Although GGNs with lobulated shape and spiculated margin were found to be significantly more frequent in the IACs in the univariate analyses, these factors were not significant in the multivariate analyses. These findings are inconsistent with those of previous studies that have investigated the HRCT features that differentiate IACs and pre-invasive lesions appearing as pulmonary GGNs and the features that differentiate malignant and benign pulmonary GGNs [13, 20]. Our purpose was to investigate the HRCT features that distinguish AIS-MIAs from IACs, which could explain the differences in the findings.

In our previous study [11], we found that abnormal pulmonary vein changes were more frequent in MIAs than pre-invasive lesions. However, in the current study, we found that pulmonary artery changes were more frequent in IACs than in AIS-MIAs. We infer that the walls of the pulmonary veins were thinner and less elastic and therefore more susceptible to shrinkage due to fibrosis compared with the arteries in the MIAs. With increases in invasiveness and angiogenesis and consequent increase in the blood supplies to the tumours, the differences between the AIS-MIA and IAC groups in abnormal pulmonary vein changes decreased, and the differences in the pulmonary artery changes increased [15, 21].

The relationships between solitary pulmonary nodules and bronchi have been described as abruptly obstructive, patent, tapered and narrowing and running around with an intact lumen [22]. Moreover, patent bronchi are more common in adenocarcinoma than squamous carcinoma patients [23]. Intratumoural bronchi were visualized in 37 % of nodules < 2 cm in the study by Cui et al. [23]. Yoshino et al. [24] indicated that an air bronchogram is a good independent prognostic factor. In contrast, our study found that this sign was associated with more invasive adenocarcinomas (34 % of the AIS-MIAs versus 78 % of the IACs). We infer that air bronchogram is associated with the shrinkage of intratumoural fibrosis, and that IACs are associated with more intratumoural fibrosis. Further studies are required to understand the relationship between air bronchogram and tumour invasiveness.

Pleural indentation on CT is not pathologically equivalent to pleural invasion [25, 26], but it is an independent predictor of poor prognoses [24]. Our study revealed that pleural indentation was more frequently associated with IAC than with AIS and MIA. We infer that this sign is also associated with intratumoural desmoplastic reactions.

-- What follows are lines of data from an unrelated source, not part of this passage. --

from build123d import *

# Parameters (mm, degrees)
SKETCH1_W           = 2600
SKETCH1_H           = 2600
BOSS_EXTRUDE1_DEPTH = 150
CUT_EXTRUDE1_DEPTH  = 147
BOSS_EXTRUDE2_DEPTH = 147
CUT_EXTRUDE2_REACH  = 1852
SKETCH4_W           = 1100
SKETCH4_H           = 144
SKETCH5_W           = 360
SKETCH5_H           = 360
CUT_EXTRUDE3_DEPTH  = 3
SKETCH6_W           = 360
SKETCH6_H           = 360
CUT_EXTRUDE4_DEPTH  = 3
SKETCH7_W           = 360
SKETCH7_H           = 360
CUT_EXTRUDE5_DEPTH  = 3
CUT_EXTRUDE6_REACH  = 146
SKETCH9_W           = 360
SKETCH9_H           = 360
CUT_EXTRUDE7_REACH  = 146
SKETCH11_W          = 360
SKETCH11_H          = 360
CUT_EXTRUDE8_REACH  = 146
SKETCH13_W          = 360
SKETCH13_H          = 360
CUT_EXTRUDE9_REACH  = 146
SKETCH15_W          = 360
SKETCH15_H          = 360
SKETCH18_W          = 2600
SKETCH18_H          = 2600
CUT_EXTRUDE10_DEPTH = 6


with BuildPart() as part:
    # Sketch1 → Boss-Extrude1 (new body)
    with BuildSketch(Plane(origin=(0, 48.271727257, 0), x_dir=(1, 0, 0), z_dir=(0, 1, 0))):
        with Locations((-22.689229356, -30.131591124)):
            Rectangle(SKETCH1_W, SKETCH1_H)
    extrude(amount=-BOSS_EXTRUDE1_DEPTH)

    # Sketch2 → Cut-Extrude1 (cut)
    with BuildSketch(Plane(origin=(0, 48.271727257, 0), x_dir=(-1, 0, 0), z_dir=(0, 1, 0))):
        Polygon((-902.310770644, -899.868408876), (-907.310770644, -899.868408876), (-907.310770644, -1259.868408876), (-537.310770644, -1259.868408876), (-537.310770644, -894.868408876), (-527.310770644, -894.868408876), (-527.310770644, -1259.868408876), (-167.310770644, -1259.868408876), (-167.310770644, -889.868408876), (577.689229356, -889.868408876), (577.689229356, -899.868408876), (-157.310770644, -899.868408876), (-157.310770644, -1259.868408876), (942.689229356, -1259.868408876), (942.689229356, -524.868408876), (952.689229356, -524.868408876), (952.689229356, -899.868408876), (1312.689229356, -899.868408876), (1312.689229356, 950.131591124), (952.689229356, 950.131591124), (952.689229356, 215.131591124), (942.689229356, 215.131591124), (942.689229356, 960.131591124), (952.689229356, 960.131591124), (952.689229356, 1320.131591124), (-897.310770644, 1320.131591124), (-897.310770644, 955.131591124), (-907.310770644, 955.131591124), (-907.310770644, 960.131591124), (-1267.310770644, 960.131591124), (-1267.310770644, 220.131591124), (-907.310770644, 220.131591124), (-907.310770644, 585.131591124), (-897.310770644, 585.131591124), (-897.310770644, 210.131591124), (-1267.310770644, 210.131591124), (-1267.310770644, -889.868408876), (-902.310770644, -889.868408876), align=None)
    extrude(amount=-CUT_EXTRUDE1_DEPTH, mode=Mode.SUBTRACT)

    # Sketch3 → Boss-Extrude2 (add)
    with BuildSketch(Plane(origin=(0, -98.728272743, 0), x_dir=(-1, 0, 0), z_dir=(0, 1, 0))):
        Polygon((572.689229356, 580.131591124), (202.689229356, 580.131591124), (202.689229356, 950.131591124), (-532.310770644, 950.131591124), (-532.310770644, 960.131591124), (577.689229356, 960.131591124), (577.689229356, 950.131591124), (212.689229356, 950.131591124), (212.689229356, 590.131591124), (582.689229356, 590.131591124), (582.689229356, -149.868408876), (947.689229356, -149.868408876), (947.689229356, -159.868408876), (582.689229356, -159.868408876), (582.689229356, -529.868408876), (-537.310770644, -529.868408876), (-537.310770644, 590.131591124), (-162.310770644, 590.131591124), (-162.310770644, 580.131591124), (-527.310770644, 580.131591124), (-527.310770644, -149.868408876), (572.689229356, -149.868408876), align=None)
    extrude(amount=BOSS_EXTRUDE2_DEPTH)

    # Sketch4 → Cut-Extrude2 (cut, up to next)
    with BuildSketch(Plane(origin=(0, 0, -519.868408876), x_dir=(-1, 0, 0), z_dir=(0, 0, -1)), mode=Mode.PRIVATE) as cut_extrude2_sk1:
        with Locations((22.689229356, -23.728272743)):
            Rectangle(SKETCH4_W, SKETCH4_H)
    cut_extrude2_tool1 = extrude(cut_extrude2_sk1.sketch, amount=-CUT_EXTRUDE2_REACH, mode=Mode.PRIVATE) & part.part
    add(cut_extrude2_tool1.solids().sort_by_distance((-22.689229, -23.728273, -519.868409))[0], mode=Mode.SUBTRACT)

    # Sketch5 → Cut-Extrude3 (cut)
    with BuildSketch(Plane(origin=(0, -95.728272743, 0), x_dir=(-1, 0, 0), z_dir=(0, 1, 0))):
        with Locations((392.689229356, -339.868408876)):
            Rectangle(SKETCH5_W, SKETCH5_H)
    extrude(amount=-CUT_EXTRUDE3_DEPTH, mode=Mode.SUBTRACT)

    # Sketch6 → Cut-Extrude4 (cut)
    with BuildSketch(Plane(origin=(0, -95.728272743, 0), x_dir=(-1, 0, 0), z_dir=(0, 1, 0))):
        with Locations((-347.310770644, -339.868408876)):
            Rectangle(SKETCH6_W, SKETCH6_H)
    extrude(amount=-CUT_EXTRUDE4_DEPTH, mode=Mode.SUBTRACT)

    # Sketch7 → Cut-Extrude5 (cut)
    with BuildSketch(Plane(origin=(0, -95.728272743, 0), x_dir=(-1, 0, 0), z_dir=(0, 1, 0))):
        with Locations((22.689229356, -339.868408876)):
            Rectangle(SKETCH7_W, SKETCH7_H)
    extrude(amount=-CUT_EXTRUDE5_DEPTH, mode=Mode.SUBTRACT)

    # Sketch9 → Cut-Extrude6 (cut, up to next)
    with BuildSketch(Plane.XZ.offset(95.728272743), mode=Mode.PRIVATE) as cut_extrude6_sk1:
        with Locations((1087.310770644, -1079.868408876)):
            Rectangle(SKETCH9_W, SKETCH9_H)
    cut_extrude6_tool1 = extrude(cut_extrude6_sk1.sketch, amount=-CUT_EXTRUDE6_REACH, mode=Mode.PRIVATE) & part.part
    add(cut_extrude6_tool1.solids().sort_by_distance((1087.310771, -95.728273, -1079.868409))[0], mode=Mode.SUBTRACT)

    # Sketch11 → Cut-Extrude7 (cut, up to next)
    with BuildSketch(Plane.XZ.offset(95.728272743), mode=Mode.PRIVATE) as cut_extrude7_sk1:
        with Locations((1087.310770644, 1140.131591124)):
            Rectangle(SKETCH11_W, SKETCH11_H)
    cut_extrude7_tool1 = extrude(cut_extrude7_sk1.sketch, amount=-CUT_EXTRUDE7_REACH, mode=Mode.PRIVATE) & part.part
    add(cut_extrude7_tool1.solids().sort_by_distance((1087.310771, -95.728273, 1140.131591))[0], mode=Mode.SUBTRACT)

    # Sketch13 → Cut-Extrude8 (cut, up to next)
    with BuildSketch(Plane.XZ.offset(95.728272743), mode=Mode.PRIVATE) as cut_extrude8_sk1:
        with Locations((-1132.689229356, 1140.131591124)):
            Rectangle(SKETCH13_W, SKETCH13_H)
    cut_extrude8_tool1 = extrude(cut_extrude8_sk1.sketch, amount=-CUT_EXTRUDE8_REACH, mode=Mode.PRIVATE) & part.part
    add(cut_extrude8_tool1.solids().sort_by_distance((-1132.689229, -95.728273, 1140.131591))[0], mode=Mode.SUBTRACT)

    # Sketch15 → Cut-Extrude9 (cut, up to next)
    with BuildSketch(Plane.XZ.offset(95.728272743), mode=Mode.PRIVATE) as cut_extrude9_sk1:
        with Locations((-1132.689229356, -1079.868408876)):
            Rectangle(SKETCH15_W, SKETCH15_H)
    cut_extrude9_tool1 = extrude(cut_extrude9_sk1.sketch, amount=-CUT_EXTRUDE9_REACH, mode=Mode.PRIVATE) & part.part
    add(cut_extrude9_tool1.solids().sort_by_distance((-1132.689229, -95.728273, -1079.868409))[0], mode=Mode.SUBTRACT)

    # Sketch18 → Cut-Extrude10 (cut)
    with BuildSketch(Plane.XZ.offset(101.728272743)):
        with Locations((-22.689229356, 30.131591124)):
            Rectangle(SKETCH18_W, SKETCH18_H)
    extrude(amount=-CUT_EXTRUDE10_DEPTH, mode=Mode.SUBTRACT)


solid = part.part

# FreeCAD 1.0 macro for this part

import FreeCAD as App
import Part
import Sketcher

V = App.Vector
Q = App.Units.Quantity


def add_polygon(sketch, points):
    """Adds a closed chain of lines whose ends are joined by coincident constraints."""
    first, n = sketch.GeometryCount, len(points)
    for a, b in zip(points, points[1:] + points[:1]):
        sketch.addGeometry(Part.LineSegment(App.Vector(*a, 0), App.Vector(*b, 0)), False)
    for i in range(n):
        sketch.addConstraint(Sketcher.Constraint("Coincident", first + i, 2, first + (i + 1) % n, 1))

doc = App.newDocument("Part")
body = doc.addObject("PartDesign::Body", "Body")
body.AllowCompound = True

# Sketch on XZ plane
sketch1 = body.newObject("Sketcher::SketchObject", "Sketch")
sketch1.AttachmentSupport = (doc.getObject("XZ_Plane"), [""])
sketch1.MapMode = "FlatFace"
sketch1.AttachmentOffset = App.Placement(V(0, 0, -48.271727), App.Rotation())
add_polygon(sketch1, [(-1323, -1270), (-1323, 1330), (1277, 1330), (1277, -1270)])  # lines 0-3
sketch1.addConstraint(Sketcher.Constraint("Vertical", 0))
sketch1.addConstraint(Sketcher.Constraint("Horizontal", 1))
sketch1.addConstraint(Sketcher.Constraint("Vertical", 2))
sketch1.addConstraint(Sketcher.Constraint("Horizontal", 3))
sketch1.addConstraint(Sketcher.Constraint("Equal", 3, 0))
sketch1.addConstraint(Sketcher.Constraint("DistanceX", 1, 1, 1, 2, Q("2600 mm")))
sketch1.addConstraint(Sketcher.Constraint("DistanceX", 0, 2, -1, 1, Q("1322.689229 mm")))
sketch1.addConstraint(Sketcher.Constraint("DistanceY", -1, 1, 0, 2, Q("1330.131591 mm")))
pad1 = body.newObject("PartDesign::Pad", "Pad")
pad1.Profile = sketch1
pad1.Length = 150

# Sketch on XZ plane
sketch2 = body.newObject("Sketcher::SketchObject", "Sketch001")
sketch2.AttachmentSupport = (doc.getObject("XZ_Plane"), [""])
sketch2.MapMode = "FlatFace"
sketch2.AttachmentOffset = App.Placement(V(0, 0, -48.271727), App.Rotation())
add_polygon(sketch2, [(902, -900), (907, -900), (907, -1260), (537, -1260), (537, -895), (527, -895), (527, -1260), (167, -1260), (167, -890), (-578, -890), (-578, -900), (157, -900), (157, -1260), (-943, -1260), (-943, -525), (-953, -525), (-953, -900), (-1313, -900), (-1313, 950), (-953, 950), (-953, 215), (-943, 215), (-943, 960), (-953, 960), (-953, 1320), (897, 1320), (897, 955), (907, 955), (907, 960), (1267, 960), (1267, 220), (907, 220), (907, 585), (897, 585), (897, 210), (1267, 210), (1267, -890), (902, -890)])  # lines 0-37
sketch2.addConstraint(Sketcher.Constraint("Horizontal", 0))
sketch2.addConstraint(Sketcher.Constraint("Vertical", 1))
sketch2.addConstraint(Sketcher.Constraint("Horizontal", 2))
sketch2.addConstraint(Sketcher.Constraint("Vertical", 3))
sketch2.addConstraint(Sketcher.Constraint("Horizontal", 4))
sketch2.addConstraint(Sketcher.Constraint("Vertical", 5))
sketch2.addConstraint(Sketcher.Constraint("Horizontal", 6))
sketch2.addConstraint(Sketcher.Constraint("Vertical", 7))
sketch2.addConstraint(Sketcher.Constraint("Horizontal", 8))
sketch2.addConstraint(Sketcher.Constraint("Vertical", 9))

Among the 128 patients with resected single AIS-MIA nodules, only 30 patients underwent segmentectomy or wedge resection. If HRCT can be used to confidently discriminate IACs from AISs and MIAs prior to surgery, segmental and wedge resection procedures can be conducted more frequently and benefit more patients. Therefore, our results will play an important role in the selection of the optimal surgical procedure.

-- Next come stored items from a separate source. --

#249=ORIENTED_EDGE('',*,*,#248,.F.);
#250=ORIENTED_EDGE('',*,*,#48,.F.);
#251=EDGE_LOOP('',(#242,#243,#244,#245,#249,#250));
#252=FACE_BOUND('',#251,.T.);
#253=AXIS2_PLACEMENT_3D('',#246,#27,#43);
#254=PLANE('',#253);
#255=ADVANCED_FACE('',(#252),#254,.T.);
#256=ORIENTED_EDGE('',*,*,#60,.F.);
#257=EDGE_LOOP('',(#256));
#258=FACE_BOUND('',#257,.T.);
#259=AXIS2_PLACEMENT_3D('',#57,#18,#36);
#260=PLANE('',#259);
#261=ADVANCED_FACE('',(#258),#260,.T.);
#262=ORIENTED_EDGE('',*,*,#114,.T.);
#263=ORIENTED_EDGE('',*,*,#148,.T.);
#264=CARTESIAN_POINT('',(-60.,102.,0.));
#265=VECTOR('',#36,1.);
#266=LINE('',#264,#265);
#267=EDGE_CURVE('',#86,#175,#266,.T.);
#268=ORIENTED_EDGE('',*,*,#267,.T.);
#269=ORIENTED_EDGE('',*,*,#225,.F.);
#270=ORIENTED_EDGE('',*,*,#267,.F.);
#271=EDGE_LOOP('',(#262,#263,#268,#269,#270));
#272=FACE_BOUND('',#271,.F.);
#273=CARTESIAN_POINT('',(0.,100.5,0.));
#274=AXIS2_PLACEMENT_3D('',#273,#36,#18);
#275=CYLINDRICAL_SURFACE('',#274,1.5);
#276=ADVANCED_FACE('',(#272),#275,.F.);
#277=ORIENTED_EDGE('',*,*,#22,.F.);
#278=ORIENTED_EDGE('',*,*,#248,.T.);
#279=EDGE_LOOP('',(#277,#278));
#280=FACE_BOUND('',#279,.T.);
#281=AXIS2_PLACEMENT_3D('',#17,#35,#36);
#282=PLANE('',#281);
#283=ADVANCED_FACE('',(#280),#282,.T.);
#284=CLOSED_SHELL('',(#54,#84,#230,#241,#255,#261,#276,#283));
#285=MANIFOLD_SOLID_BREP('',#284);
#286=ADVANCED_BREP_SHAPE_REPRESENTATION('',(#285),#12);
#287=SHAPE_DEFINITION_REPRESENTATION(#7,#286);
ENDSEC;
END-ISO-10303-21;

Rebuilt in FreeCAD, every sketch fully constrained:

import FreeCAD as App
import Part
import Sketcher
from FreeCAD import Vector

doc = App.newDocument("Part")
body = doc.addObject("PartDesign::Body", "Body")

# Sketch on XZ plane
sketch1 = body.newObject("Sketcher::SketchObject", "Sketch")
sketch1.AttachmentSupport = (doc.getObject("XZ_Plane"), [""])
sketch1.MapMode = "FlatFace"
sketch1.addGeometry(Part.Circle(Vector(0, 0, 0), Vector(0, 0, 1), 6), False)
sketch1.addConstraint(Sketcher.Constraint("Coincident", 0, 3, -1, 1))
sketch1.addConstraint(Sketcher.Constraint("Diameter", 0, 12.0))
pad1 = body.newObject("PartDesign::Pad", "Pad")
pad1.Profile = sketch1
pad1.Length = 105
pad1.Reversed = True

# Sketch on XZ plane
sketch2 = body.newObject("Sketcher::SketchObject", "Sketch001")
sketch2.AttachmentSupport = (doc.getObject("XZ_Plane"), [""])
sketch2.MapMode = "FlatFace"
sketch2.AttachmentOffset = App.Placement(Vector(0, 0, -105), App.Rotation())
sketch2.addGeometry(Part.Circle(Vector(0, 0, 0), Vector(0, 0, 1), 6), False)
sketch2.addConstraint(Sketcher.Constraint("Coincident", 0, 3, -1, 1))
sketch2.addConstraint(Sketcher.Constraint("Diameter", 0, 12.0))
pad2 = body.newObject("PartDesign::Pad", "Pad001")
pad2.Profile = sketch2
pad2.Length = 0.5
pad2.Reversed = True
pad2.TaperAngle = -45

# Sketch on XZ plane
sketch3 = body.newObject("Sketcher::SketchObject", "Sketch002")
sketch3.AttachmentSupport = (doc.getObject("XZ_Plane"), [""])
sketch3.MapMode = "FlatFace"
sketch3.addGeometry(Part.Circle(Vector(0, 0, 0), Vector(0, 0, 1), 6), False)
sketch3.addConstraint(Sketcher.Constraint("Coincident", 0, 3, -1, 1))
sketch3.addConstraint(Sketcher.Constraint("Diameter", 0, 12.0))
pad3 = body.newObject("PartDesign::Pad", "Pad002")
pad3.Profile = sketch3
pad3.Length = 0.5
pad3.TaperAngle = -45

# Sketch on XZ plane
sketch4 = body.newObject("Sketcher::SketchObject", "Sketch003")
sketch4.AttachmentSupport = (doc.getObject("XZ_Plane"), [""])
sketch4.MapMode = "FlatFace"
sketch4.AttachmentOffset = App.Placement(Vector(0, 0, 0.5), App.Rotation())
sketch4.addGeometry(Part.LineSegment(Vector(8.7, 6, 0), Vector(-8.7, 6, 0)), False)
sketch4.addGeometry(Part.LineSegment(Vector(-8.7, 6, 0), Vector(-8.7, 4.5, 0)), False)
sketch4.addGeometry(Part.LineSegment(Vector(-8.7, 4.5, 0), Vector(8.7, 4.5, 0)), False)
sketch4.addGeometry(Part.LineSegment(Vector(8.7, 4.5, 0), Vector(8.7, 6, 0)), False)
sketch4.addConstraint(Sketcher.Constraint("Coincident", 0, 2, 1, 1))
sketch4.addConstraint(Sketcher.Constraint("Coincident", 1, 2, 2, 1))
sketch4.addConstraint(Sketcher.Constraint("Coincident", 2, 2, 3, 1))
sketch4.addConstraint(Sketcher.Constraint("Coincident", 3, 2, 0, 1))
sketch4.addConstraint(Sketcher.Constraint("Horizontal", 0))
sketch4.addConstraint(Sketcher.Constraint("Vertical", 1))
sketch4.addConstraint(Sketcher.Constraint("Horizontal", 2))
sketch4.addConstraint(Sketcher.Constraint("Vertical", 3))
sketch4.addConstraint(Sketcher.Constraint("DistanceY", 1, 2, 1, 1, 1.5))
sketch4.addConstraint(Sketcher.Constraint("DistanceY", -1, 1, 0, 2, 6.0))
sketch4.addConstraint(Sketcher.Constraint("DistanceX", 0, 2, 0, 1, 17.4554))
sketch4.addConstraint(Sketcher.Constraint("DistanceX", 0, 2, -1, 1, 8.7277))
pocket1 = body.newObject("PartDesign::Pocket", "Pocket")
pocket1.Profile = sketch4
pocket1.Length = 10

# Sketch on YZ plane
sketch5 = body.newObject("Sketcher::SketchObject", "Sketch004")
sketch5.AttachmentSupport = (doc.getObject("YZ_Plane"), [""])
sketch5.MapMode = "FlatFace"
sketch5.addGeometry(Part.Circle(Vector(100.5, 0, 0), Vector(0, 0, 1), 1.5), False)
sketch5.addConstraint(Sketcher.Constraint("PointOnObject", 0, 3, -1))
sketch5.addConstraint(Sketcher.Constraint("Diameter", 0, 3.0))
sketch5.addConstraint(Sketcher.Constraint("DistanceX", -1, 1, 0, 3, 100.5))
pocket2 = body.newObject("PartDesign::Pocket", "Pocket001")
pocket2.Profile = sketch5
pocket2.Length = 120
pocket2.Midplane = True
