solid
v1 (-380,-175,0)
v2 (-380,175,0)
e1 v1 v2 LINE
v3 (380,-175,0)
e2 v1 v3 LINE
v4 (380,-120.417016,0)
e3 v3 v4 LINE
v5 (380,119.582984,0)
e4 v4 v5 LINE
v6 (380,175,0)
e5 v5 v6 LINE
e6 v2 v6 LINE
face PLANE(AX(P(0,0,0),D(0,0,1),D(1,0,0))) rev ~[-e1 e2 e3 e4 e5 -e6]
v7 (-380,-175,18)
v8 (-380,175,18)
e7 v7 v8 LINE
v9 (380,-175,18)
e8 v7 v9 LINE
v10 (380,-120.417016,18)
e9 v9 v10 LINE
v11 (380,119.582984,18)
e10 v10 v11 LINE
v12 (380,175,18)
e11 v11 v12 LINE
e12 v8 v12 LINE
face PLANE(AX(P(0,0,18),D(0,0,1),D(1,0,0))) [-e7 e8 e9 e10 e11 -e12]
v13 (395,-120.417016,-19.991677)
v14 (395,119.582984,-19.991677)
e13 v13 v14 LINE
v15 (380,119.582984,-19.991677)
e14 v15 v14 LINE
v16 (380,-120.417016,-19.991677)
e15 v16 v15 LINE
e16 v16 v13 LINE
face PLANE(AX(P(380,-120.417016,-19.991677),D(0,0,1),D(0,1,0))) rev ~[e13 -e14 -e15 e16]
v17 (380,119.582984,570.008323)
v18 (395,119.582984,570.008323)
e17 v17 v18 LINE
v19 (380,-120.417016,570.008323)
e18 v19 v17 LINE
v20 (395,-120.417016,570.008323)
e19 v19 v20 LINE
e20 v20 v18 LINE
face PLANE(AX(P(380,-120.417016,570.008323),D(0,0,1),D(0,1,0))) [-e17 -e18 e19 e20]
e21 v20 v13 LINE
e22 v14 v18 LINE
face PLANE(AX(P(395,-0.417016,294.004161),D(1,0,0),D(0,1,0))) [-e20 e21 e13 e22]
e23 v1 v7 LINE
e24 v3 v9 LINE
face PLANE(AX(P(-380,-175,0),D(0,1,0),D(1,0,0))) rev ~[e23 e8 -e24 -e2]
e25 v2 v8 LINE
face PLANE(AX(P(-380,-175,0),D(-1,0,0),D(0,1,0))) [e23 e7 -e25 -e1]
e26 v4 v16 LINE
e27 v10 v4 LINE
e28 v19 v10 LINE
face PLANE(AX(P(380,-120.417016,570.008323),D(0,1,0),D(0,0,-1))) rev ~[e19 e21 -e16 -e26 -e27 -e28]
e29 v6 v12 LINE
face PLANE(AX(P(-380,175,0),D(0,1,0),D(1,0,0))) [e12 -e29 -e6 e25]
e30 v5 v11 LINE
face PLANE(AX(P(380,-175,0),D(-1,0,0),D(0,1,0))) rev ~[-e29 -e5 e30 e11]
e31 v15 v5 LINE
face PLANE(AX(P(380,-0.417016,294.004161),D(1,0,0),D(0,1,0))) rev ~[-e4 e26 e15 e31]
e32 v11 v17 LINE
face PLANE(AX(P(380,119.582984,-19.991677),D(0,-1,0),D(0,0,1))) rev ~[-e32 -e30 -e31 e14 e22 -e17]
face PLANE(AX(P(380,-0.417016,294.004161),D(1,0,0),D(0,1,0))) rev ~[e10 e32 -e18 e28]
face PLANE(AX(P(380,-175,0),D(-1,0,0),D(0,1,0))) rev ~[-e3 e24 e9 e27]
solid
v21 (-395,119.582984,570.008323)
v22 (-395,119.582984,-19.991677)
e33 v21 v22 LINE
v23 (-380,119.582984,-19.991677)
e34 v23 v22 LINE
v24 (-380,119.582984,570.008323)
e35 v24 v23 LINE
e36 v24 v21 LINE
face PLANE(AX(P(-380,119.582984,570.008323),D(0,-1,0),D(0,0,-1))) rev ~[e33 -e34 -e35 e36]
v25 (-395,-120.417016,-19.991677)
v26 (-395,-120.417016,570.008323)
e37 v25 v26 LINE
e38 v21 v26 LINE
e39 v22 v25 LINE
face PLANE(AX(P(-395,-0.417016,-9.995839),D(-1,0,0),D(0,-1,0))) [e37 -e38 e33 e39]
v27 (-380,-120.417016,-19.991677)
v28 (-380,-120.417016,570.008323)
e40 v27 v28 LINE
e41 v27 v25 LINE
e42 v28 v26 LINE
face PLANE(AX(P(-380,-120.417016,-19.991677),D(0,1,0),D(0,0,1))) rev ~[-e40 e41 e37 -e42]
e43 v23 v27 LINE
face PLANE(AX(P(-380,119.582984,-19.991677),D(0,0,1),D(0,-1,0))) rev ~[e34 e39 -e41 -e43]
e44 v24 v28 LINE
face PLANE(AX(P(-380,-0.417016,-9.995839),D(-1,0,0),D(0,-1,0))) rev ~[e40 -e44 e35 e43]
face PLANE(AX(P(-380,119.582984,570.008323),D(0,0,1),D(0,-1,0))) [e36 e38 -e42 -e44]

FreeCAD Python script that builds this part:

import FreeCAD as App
import Part
import Sketcher
Q = App.Units.Quantity


def add_polygon(sketch, points):
    """Adds a closed chain of lines whose ends are joined by coincident constraints."""
    first, n = sketch.GeometryCount, len(points)
    for a, b in zip(points, points[1:] + points[:1]):
        sketch.addGeometry(Part.LineSegment(App.Vector(*a, 0), App.Vector(*b, 0)), False)
    for i in range(n):
        sketch.addConstraint(Sketcher.Constraint("Coincident", first + i, 2, first + (i + 1) % n, 1))

doc = App.newDocument("Part")
body = doc.addObject("PartDesign::Body", "Body")

sketch1 = body.newObject("Sketcher::SketchObject", "Sketch")
sketch1.AttachmentSupport = (doc.getObject("XY_Plane"), [""])
sketch1.MapMode = "FlatFace"
add_polygon(sketch1, [(-380, 175), (-380, -175), (380, -175), (380, 175)])
sketch1.addConstraint([
    Sketcher.Constraint("Vertical", 0),
    Sketcher.Constraint("Horizontal", 1),
    Sketcher.Constraint("Vertical", 2),
    Sketcher.Constraint("Horizontal", 3),
    Sketcher.Constraint("Symmetric", 0, 2, 2, 2, -1, 1),
    Sketcher.Constraint("DistanceX", 1, 1, 1, 2, Q("760 mm")),
    Sketcher.Constraint("DistanceY", 0, 2, 0, 1, Q("350 mm")),
])
pad1 = body.newObject("PartDesign::Pad", "Pad")
pad1.Profile = sketch1
pad1.Length = 18

sketch2 = body.newObject("Sketcher::SketchObject", "Sketch001")
sketch2.AttachmentSupport = (doc.getObject("YZ_Plane"), [""])
sketch2.MapMode = "FlatFace"
sketch2.AttachmentOffset = App.Placement(App.Vector(0, 0, 380), App.Rotation())
add_polygon(sketch2, [(-120.417016, 570.008323), (-120.417016, -19.991677), (119.582984, -19.991677), (119.582984, 570.008323)])
sketch2.addConstraint([
    Sketcher.Constraint("Vertical", 0),
    Sketcher.Constraint("Horizontal", 1),
    Sketcher.Constraint("Vertical", 2),
    Sketcher.Constraint("Horizontal", 3),
    Sketcher.Constraint("DistanceX", 1, 1, 1, 2, Q("240 mm")),
    Sketcher.Constraint("DistanceY", 0, 2, 0, 1, Q("590 mm")),
    Sketcher.Constraint("DistanceX", 0, 2, -1, 1, Q("120.417016 mm")),
    Sketcher.Constraint("DistanceY", 0, 2, -1, 1, Q("19.991677 mm")),
])
pad2 = body.newObject("PartDesign::Pad", "Pad001")
pad2.Profile = sketch2
pad2.Length = 15
body2 = doc.addObject("PartDesign::Body", "Body001")

sketch3 = body2.newObject("Sketcher::SketchObject", "Sketch002")
sketch3.AttachmentSupport = (doc.getObject("YZ_Plane001"), [""])
sketch3.MapMode = "FlatFace"
sketch3.AttachmentOffset = App.Placement(App.Vector(0, 0, -380), App.Rotation())
add_polygon(sketch3, [(119.582984, -19.991677), (-120.417016, -19.991677), (-120.417016, 570.008323), (119.582984, 570.008323)])
sketch3.addConstraint([
    Sketcher.Constraint("Horizontal", 0),
    Sketcher.Constraint("Vertical", 1),
    Sketcher.Constraint("Horizontal", 2),
    Sketcher.Constraint("Vertical", 3),
    Sketcher.Constraint("DistanceX", 0, 2, 0, 1, Q("240 mm")),
    Sketcher.Constraint("DistanceY", 1, 1, 1, 2, Q("590 mm")),
    Sketcher.Constraint("DistanceX", 0, 2, -1, 1, Q("120.417016 mm")),
    Sketcher.Constraint("DistanceY", 0, 2, -1, 1, Q("19.991677 mm")),
])
pad3 = body2.newObject("PartDesign::Pad", "Pad002")
pad3.Profile = sketch3
pad3.Length = 15
pad3.Reversed = True

doc.recompute()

This study had several limitations. First, only small numbers patients with IACs in PGGNs were enrolled. Second, because the nodules were small, some HRCT features, such as spiculated margin, were less typical, and inter-observer agreements were not perfect.

Conclusions

In conclusion, lung IACs appearing as GGNs frequently exhibited nodule and solid component diameters ≥ 12.2 mm and 6.7 mm, respectively, solid component CT values of -192 HU or greater, and an air bronchogram. Therefore, these GGNs cannot be candidates for sublobar resection. In contrast, GGNs that do not exhibit these characteristics are likely candidates for sublobar resection.